▶ Records for the exercise:

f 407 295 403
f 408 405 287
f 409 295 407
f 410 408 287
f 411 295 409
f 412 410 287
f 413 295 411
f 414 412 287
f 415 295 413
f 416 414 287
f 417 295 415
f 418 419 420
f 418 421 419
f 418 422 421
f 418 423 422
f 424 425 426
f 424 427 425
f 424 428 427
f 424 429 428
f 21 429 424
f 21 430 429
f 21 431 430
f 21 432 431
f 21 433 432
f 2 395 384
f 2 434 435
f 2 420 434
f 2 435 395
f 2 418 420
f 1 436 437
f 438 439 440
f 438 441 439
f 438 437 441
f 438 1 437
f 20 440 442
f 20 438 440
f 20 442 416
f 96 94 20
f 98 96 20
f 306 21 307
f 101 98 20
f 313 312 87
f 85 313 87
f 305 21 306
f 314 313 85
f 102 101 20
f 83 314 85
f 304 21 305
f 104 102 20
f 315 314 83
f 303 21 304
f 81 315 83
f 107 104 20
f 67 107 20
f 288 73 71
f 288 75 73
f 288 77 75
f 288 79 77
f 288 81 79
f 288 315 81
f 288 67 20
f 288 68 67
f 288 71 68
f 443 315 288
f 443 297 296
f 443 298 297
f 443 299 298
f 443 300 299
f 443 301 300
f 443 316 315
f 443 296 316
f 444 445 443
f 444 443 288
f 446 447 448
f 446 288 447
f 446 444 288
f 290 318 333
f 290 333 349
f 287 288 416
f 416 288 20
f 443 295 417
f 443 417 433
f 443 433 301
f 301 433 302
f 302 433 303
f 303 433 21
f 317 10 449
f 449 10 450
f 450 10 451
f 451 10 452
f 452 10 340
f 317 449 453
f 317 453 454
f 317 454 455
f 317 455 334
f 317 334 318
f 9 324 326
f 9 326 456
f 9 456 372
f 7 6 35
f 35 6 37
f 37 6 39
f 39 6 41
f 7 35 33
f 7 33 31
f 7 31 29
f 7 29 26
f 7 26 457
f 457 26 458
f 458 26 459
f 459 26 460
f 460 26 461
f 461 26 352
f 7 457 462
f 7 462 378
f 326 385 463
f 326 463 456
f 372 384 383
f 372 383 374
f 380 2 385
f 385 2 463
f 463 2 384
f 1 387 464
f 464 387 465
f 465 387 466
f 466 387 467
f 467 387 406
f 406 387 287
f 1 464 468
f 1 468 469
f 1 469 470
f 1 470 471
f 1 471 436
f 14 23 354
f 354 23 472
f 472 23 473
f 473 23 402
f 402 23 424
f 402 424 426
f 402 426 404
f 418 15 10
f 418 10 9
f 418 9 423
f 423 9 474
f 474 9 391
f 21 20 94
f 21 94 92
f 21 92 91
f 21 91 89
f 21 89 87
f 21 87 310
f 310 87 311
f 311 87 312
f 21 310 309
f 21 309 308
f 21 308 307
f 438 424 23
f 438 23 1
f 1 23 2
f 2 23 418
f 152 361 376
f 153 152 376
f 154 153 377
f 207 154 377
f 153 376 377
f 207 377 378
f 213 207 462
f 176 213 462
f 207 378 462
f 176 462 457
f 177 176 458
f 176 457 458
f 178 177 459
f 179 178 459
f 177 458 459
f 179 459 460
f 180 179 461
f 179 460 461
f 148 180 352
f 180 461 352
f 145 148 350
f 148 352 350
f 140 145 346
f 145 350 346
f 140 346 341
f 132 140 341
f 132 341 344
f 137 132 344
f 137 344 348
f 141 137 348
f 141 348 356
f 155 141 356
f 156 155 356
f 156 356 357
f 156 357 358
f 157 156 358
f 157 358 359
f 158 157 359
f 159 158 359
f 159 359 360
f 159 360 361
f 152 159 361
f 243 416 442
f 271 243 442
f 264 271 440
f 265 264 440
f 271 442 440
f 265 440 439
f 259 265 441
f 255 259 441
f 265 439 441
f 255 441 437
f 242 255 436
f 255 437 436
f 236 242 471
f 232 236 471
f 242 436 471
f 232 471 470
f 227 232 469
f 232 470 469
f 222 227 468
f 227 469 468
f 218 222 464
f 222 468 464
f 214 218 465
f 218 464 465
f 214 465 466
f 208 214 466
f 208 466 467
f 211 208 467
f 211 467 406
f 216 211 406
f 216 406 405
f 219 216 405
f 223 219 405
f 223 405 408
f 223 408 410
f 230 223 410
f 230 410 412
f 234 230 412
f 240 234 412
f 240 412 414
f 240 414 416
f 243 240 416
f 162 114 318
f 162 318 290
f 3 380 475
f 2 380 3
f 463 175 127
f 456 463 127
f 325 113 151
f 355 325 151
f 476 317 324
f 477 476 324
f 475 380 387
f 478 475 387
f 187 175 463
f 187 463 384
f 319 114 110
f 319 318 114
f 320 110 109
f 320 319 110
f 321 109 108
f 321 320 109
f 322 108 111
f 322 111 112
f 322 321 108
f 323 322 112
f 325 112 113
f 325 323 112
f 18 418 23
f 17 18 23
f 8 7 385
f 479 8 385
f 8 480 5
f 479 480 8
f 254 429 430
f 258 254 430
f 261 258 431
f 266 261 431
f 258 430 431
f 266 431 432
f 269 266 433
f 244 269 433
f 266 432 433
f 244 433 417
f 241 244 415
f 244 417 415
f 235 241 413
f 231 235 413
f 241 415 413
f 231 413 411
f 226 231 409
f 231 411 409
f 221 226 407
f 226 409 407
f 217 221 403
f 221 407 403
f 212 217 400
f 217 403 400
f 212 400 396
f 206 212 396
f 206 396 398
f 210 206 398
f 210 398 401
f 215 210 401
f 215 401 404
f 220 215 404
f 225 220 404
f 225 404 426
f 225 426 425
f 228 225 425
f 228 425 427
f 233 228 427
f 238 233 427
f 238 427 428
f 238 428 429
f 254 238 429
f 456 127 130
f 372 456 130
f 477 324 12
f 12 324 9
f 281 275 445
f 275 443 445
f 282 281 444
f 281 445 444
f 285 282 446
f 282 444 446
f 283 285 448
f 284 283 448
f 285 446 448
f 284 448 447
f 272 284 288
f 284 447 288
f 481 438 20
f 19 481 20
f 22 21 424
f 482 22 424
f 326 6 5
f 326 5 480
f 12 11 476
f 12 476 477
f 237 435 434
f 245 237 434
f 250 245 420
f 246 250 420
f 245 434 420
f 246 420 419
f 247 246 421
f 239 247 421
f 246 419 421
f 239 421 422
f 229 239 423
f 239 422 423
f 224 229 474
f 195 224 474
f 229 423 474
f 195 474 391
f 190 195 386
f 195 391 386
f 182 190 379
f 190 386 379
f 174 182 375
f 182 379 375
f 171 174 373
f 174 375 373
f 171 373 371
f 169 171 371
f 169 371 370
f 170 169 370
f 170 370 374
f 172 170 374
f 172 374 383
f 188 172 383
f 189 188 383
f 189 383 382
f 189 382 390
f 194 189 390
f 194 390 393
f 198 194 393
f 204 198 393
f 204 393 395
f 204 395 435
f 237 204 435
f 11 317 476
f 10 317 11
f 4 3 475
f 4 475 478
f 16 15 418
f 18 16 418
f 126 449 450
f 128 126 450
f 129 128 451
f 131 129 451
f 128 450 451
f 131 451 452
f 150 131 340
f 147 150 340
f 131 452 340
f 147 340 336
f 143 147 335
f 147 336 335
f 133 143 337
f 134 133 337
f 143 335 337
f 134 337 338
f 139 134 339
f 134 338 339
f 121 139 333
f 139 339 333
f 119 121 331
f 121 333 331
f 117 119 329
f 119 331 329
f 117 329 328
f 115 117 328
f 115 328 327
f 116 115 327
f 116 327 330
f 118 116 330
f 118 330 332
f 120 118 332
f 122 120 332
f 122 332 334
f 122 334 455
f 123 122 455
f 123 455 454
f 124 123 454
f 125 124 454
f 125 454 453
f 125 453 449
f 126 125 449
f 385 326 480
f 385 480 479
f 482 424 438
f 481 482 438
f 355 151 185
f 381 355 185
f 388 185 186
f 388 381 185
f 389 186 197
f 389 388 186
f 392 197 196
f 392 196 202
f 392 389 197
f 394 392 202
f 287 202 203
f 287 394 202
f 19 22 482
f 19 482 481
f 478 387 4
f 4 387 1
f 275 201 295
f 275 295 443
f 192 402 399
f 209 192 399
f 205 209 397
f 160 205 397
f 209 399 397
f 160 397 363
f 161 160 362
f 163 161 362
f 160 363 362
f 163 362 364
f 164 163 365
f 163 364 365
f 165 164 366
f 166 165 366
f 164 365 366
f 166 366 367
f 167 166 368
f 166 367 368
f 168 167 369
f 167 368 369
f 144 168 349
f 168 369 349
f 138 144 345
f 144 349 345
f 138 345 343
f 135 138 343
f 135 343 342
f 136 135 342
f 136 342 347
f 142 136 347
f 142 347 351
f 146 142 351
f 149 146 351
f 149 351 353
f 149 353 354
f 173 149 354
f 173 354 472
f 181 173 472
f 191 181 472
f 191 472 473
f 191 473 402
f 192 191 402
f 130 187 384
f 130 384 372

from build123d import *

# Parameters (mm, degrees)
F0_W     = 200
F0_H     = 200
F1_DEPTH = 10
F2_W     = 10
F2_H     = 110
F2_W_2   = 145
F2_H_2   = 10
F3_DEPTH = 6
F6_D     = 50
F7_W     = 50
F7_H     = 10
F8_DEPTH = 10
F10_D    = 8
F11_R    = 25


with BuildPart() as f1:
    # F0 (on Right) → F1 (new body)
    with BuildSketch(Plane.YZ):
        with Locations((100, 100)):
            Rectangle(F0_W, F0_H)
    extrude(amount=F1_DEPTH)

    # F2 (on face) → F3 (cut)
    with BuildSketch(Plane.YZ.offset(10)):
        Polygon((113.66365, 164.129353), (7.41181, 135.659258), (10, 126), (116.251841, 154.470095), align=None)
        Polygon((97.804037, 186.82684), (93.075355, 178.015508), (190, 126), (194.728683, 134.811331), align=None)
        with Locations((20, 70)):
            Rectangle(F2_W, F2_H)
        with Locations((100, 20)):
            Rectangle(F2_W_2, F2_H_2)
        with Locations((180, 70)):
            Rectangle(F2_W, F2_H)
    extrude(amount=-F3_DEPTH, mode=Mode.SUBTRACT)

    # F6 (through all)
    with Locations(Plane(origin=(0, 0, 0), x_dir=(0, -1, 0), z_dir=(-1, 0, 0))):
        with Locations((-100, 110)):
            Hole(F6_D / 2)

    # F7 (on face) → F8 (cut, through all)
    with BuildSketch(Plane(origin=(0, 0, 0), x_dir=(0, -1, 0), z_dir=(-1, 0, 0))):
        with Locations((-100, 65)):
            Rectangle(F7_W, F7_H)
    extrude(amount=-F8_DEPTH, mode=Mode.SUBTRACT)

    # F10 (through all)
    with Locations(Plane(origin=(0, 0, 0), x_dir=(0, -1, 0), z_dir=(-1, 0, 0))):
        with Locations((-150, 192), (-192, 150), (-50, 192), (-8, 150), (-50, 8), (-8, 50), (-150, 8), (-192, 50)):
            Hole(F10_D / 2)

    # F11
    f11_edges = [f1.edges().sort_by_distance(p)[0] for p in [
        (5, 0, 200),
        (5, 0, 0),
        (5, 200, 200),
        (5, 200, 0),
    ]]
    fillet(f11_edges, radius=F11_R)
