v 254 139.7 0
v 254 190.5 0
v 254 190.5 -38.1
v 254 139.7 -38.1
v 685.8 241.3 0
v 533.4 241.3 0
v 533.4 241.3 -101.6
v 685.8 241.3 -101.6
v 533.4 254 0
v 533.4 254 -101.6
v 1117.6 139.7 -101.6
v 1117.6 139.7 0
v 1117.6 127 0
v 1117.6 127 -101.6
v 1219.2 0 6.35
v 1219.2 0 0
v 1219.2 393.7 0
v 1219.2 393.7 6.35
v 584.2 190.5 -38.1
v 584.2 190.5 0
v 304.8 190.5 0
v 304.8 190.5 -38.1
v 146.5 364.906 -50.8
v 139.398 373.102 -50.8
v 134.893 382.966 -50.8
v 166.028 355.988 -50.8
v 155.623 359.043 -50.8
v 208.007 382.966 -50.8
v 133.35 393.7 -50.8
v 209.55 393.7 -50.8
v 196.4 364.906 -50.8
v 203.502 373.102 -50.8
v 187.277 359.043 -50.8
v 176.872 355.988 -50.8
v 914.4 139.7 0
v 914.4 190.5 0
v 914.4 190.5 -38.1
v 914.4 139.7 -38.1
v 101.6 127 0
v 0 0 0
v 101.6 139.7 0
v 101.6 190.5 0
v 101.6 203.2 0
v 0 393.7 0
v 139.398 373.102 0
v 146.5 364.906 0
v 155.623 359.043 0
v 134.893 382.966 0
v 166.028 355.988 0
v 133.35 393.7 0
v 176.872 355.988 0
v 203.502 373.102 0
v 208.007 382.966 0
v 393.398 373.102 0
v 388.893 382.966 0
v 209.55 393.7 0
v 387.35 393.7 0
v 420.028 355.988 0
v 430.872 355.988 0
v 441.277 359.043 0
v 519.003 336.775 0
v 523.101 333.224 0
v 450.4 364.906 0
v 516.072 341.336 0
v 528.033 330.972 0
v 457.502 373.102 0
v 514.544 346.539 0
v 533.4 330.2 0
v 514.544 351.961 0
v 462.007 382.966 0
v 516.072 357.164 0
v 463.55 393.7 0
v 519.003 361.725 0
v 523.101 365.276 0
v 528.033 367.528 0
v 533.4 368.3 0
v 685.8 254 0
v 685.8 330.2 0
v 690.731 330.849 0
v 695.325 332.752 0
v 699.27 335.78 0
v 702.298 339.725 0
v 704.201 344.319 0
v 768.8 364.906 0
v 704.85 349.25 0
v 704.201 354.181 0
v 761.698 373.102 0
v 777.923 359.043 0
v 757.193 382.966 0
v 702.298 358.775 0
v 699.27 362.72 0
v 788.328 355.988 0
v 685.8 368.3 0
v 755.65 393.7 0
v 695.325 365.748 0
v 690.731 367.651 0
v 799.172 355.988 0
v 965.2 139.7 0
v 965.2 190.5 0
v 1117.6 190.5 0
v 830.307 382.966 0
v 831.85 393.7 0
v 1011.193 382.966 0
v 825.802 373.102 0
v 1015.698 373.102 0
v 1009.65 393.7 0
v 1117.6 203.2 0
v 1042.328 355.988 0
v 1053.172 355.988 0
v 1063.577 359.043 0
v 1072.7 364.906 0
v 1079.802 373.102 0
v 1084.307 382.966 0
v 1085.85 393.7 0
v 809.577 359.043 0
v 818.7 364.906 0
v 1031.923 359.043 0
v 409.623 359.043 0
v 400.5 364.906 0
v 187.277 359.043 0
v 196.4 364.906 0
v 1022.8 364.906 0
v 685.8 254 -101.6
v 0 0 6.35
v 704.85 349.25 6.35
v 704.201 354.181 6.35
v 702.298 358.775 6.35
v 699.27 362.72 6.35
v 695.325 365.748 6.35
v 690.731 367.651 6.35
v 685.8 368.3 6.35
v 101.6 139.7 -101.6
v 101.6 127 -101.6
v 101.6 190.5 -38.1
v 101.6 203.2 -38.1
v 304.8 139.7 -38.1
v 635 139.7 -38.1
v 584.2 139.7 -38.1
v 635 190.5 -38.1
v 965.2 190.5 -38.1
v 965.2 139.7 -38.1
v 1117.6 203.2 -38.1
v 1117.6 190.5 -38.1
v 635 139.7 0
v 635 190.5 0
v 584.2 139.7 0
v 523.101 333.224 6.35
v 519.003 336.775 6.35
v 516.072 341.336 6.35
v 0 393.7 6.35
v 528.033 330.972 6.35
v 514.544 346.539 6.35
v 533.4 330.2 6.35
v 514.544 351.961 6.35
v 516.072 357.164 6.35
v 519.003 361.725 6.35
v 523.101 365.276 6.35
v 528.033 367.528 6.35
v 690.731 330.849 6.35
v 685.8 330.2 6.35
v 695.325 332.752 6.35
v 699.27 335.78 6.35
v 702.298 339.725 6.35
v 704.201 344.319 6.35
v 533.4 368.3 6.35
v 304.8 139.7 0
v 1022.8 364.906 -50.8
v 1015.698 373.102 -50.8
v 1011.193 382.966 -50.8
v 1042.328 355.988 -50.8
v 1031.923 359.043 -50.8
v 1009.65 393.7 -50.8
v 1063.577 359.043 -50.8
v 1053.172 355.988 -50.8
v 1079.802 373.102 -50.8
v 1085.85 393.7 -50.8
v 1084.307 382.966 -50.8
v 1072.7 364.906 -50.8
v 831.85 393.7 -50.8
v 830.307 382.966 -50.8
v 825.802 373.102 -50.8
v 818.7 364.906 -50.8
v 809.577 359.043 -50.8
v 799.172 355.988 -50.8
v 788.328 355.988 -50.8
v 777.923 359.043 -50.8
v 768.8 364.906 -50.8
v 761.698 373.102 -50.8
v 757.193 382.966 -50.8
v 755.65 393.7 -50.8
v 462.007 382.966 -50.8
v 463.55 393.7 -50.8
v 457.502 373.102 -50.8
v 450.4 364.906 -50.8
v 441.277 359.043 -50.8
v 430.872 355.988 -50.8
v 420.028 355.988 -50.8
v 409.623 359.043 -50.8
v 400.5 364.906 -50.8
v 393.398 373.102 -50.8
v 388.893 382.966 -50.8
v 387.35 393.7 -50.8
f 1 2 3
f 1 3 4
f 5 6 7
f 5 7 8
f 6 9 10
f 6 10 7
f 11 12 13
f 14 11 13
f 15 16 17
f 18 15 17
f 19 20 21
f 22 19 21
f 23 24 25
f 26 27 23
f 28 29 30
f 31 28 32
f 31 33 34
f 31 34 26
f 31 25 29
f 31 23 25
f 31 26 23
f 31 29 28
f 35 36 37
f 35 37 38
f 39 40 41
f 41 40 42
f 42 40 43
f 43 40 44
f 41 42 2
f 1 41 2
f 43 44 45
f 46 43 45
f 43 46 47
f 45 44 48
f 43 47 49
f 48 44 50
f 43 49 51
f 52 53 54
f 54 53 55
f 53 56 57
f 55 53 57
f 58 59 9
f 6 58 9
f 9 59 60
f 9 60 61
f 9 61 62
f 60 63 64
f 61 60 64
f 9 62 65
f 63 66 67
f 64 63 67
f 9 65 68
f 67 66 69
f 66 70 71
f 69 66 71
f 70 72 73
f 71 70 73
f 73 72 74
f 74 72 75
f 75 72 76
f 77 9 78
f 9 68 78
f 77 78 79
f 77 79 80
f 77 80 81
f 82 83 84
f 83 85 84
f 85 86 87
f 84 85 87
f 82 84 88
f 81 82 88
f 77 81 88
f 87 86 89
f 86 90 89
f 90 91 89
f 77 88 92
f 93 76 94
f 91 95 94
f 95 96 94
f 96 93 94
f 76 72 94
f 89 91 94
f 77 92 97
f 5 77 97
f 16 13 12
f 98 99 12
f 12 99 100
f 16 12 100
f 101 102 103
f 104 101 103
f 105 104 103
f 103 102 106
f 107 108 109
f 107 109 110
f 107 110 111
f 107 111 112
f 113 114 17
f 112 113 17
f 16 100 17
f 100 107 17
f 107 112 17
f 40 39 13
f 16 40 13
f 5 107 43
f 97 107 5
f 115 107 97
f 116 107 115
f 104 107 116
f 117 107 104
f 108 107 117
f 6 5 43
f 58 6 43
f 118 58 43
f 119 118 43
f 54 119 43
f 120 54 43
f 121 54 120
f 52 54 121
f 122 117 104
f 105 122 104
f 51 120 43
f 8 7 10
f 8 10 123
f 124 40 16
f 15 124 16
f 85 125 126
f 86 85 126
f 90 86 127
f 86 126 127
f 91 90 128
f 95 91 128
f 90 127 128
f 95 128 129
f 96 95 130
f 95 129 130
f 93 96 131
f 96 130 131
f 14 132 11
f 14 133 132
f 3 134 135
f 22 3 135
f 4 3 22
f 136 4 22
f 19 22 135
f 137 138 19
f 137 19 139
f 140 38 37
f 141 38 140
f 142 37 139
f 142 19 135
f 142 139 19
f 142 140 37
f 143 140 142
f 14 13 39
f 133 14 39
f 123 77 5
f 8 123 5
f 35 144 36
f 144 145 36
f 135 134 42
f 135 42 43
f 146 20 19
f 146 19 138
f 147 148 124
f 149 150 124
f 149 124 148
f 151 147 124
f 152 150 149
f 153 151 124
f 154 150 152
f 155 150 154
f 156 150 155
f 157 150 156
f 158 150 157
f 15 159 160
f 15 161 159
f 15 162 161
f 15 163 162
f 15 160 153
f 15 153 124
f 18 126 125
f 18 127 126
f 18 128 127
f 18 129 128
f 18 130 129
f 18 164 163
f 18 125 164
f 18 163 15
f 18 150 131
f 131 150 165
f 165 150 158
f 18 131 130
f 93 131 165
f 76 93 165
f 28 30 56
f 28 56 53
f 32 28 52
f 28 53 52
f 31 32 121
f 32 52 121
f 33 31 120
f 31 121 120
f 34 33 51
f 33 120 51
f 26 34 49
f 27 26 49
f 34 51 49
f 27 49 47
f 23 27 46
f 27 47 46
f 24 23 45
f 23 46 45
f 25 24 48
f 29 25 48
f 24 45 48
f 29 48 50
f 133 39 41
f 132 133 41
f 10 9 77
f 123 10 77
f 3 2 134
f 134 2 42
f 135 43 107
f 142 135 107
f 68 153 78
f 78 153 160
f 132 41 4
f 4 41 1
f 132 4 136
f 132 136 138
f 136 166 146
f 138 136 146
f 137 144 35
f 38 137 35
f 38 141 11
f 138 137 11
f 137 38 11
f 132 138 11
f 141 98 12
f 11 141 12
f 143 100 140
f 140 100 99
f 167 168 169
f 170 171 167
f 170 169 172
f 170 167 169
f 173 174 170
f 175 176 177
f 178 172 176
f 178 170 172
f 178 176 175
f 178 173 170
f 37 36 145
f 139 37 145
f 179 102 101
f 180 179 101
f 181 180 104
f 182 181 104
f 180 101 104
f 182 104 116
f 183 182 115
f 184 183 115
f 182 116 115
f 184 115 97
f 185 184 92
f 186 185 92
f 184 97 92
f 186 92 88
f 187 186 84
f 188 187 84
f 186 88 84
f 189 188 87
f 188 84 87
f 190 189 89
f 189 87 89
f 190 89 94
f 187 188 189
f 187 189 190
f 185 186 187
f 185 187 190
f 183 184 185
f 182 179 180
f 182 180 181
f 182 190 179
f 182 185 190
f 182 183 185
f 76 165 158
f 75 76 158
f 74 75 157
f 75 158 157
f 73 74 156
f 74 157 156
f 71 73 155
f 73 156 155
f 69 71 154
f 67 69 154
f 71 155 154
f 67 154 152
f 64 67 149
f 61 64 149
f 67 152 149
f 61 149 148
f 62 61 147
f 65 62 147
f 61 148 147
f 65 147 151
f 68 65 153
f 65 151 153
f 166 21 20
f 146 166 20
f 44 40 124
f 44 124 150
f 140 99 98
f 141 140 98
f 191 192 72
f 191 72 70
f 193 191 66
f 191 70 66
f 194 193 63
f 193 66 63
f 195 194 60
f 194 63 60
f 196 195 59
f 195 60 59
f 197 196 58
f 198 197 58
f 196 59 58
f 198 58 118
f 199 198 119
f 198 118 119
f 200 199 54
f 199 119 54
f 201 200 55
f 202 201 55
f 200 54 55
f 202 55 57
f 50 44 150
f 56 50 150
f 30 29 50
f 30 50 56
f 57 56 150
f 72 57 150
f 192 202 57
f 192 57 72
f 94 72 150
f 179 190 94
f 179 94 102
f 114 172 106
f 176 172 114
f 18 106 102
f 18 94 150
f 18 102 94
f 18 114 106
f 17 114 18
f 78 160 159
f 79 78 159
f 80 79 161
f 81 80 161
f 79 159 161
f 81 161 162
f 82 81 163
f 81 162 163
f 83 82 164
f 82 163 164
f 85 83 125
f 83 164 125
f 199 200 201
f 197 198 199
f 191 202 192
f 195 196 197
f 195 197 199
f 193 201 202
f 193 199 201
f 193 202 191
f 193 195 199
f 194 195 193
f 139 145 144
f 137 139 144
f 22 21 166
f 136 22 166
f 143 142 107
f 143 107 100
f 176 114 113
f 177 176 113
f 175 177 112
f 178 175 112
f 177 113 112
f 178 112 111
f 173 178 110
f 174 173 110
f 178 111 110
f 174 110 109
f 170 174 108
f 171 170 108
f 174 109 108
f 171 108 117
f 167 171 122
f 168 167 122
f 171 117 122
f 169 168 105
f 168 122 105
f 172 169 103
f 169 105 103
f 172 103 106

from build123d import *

# Parameters (mm, degrees)
F0_W      = 1219.2
F0_H      = 393.7
F1_DEPTH  = 6.35
F3_DEPTH  = 6.351
F4_W      = 152.4
F4_H      = 12.7
F5_DEPTH  = 101.6
F8_DEPTH  = 50.8
F10_DEPTH = 38.1
F11_DEPTH = 101.6
F9_W      = 50.8
F9_H      = 50.8
F12_DEPTH = 38.1


with BuildPart() as f1:
    # F0 (on Top) → F1 (new body)
    with BuildSketch(Plane.XY):
        with Locations((609.6, 196.85)):
            Rectangle(F0_W, F0_H)
    extrude(amount=F1_DEPTH)

    # F2 (on face) → F3 (cut, through all)
    with BuildSketch(Plane.XY.offset(6.35)):
        with BuildLine():
            ThreePointArc((533.4, 330.2), (546.8703841816, 335.7796158184), (552.45, 349.25))
            ThreePointArc((552.45, 349.25), (546.8703841816, 362.7203841816), (533.4, 368.3))
            ThreePointArc((533.4, 368.3), (514.35, 349.25), (533.4, 330.2))
        make_face()
        with BuildLine():
            ThreePointArc((533.4, 368.3), (546.8703841816, 362.7203841816), (552.45, 349.25))
            Line((552.45, 349.25), (666.75, 349.25))
            ThreePointArc((666.75, 349.25), (672.3296158184, 362.7203841816), (685.8, 368.3))
            Line((685.8, 368.3), (533.4, 368.3))
        make_face()
        with BuildLine():
            Line((666.75, 349.25), (552.45, 349.25))
            ThreePointArc((552.45, 349.25), (546.8703841816, 335.7796158184), (533.4, 330.2))
            Line((533.4, 330.2), (685.8, 330.2))
            ThreePointArc((685.8, 330.2), (672.3296158184, 335.7796158184), (666.75, 349.25))
        make_face()
        with BuildLine():
            ThreePointArc((685.8, 368.3), (672.3296158184, 362.7203841816), (666.75, 349.25))
            ThreePointArc((666.75, 349.25), (672.3296158184, 335.7796158184), (685.8, 330.2))
            ThreePointArc((685.8, 330.2), (699.2703841816, 335.7796158184), (704.85, 349.25))
            ThreePointArc((704.85, 349.25), (699.2703841816, 362.7203841816), (685.8, 368.3))
        make_face()
    extrude(amount=-F3_DEPTH, mode=Mode.SUBTRACT)

    # F4 (on face) → F5 (join)
    with BuildSketch(Plane(origin=(0, 0, 0), x_dir=(1, 0, 0), z_dir=(0, 0, -1))):
        with Locations((609.6, -247.65)):
            Rectangle(F4_W, F4_H)
    extrude(amount=F5_DEPTH)

    # F7 (on face) → F8 (join)
    with BuildSketch(Plane(origin=(0, 0, 0), x_dir=(1, 0, 0), z_dir=(0, 0, -1))):
        with BuildLine():
            Line((133.35, -393.7), (209.55, -393.7))
            ThreePointArc((209.55, -393.7), (171.45, -355.6), (133.35, -393.7))
        make_face()
        with BuildLine():
            Line((387.35, -393.7), (463.55, -393.7))
            ThreePointArc((463.55, -393.7), (425.45, -355.6), (387.35, -393.7))
        make_face()
        with BuildLine():
            ThreePointArc((831.85, -393.7), (793.75, -355.6), (755.65, -393.7))
            Line((755.65, -393.7), (831.85, -393.7))
        make_face()
        with BuildLine():
            ThreePointArc((1085.85, -393.7), (1047.75, -355.6), (1009.65, -393.7))
            Line((1009.65, -393.7), (1085.85, -393.7))
        make_face()
    extrude(amount=F8_DEPTH)

    # F9 (on face) → F10 (join)
    with BuildSketch(Plane(origin=(0, 0, 0), x_dir=(1, 0, 0), z_dir=(0, 0, -1))):
        Polygon((304.8, -190.5), (254, -190.5), (101.6, -190.5), (101.6, -203.2), (1117.6, -203.2), (1117.6, -190.5), (965.2, -190.5), (914.4, -190.5), (635, -190.5), (584.2, -190.5), align=None)
    extrude(amount=F10_DEPTH)

    # F9 (on face) → F11 (join)
    with BuildSketch(Plane(origin=(0, 0, 0), x_dir=(1, 0, 0), z_dir=(0, 0, -1))):
        Polygon((101.6, -139.7), (254, -139.7), (304.8, -139.7), (584.2, -139.7), (635, -139.7), (914.4, -139.7), (965.2, -139.7), (1117.6, -139.7), (1117.6, -127), (101.6, -127), align=None)
    extrude(amount=F11_DEPTH)

    # F9 (on face) → F12 (join, through all)
    with BuildSketch(Plane(origin=(0, 0, 0), x_dir=(1, 0, 0), z_dir=(0, 0, -1))):
        with Locations((279.4, -165.1)):
            Rectangle(F9_W, F9_H)
        with Locations((609.6, -165.1)):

▶ Activity: Would you set down, word for word, the lines from the opening of the entries above through the line with "f 438 439 440", both included, and no others?

▶ Answer to this problem:
f 407 295 403
f 408 405 287
f 409 295 407
f 410 408 287
f 411 295 409
f 412 410 287
f 413 295 411
f 414 412 287
f 415 295 413
f 416 414 287
f 417 295 415
f 418 419 420
f 418 421 419
f 418 422 421
f 418 423 422
f 424 425 426
f 424 427 425
f 424 428 427
f 424 429 428
f 21 429 424
f 21 430 429
f 21 431 430
f 21 432 431
f 21 433 432
f 2 395 384
f 2 434 435
f 2 420 434
f 2 435 395
f 2 418 420
f 1 436 437
f 438 439 440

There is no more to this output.